For each line of the data below that holds "radians", copy the line.

#### Dataset excerpts
▬▬▬▬▬▬
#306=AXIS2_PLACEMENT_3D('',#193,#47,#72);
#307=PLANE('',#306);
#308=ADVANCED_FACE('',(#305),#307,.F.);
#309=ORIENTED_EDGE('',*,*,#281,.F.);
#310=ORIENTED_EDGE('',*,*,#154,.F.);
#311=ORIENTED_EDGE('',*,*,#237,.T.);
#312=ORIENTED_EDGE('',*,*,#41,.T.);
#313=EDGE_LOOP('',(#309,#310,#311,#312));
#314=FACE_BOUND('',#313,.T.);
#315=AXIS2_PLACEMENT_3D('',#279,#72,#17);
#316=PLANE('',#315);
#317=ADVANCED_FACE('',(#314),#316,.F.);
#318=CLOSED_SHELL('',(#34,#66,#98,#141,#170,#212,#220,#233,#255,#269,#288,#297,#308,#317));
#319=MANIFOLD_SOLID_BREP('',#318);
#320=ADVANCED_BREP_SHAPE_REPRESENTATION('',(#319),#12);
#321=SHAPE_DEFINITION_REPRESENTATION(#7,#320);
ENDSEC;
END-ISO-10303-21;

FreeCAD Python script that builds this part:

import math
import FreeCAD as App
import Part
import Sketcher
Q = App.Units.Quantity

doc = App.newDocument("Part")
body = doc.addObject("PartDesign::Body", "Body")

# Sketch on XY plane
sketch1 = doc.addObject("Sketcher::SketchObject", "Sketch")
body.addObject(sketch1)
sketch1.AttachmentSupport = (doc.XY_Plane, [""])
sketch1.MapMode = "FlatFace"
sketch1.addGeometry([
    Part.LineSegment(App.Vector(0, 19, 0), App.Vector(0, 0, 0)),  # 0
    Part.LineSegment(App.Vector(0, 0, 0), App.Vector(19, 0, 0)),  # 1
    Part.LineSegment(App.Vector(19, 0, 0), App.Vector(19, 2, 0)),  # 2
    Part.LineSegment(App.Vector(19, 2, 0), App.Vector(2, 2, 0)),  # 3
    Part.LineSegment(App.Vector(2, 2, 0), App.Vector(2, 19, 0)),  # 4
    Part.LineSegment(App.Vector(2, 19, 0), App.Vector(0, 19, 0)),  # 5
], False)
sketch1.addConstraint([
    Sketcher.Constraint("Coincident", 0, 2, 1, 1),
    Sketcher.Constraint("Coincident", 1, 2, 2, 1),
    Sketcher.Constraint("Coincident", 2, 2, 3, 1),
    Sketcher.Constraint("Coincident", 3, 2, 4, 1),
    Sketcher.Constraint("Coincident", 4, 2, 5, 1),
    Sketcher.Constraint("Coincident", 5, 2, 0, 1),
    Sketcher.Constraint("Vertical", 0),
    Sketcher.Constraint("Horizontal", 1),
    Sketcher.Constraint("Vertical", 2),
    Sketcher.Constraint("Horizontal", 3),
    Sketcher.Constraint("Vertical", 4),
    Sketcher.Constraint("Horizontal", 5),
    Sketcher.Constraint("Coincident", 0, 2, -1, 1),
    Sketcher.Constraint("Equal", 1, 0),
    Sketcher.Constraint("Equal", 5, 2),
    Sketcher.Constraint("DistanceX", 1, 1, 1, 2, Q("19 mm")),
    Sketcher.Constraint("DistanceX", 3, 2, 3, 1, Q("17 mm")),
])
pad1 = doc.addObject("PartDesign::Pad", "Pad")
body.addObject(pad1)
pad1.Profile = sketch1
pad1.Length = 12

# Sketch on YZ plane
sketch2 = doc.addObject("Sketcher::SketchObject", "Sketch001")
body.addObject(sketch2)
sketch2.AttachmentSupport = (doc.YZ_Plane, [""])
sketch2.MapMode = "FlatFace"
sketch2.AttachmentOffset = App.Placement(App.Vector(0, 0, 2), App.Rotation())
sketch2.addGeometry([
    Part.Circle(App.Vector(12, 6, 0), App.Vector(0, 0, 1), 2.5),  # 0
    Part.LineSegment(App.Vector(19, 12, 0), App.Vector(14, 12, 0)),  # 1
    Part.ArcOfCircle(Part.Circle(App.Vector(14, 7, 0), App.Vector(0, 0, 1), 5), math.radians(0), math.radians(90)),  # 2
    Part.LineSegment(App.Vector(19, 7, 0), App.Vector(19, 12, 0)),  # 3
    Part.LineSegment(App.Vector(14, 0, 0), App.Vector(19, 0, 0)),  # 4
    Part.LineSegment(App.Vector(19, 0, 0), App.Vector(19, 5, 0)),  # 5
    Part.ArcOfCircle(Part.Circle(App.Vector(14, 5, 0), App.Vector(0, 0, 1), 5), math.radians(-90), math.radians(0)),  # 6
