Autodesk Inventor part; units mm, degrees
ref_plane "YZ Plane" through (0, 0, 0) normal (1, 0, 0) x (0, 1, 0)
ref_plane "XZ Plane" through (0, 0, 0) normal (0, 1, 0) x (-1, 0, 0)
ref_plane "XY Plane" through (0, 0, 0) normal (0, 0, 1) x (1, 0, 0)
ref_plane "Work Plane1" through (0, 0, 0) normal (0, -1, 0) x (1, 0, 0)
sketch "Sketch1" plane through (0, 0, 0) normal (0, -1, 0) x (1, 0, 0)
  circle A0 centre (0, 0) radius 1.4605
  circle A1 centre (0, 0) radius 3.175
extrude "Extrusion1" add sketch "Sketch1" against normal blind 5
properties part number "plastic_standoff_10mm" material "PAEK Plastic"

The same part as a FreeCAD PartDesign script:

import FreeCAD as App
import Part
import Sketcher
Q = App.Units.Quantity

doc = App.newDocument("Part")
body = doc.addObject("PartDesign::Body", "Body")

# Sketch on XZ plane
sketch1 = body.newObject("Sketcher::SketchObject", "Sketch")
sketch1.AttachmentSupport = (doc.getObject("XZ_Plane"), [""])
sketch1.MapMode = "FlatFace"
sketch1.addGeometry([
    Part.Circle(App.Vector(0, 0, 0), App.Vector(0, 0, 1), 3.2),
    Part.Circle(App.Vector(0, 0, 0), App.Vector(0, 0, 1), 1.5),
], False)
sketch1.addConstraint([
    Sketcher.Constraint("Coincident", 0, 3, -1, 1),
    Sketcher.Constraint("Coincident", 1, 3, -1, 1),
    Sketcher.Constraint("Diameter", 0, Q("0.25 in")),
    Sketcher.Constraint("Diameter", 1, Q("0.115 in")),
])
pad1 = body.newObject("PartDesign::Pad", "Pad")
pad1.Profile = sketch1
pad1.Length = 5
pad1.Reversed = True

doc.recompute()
▬▬▬▬▬▬
#### Solution to the exercise
    Part.ArcOfCircle(Part.Circle(App.Vector(14, 7, 0), App.Vector(0, 0, 1), 5), math.radians(0), math.radians(90)),  # 2
    Part.ArcOfCircle(Part.Circle(App.Vector(14, 5, 0), App.Vector(0, 0, 1), 5), math.radians(-90), math.radians(0)),  # 6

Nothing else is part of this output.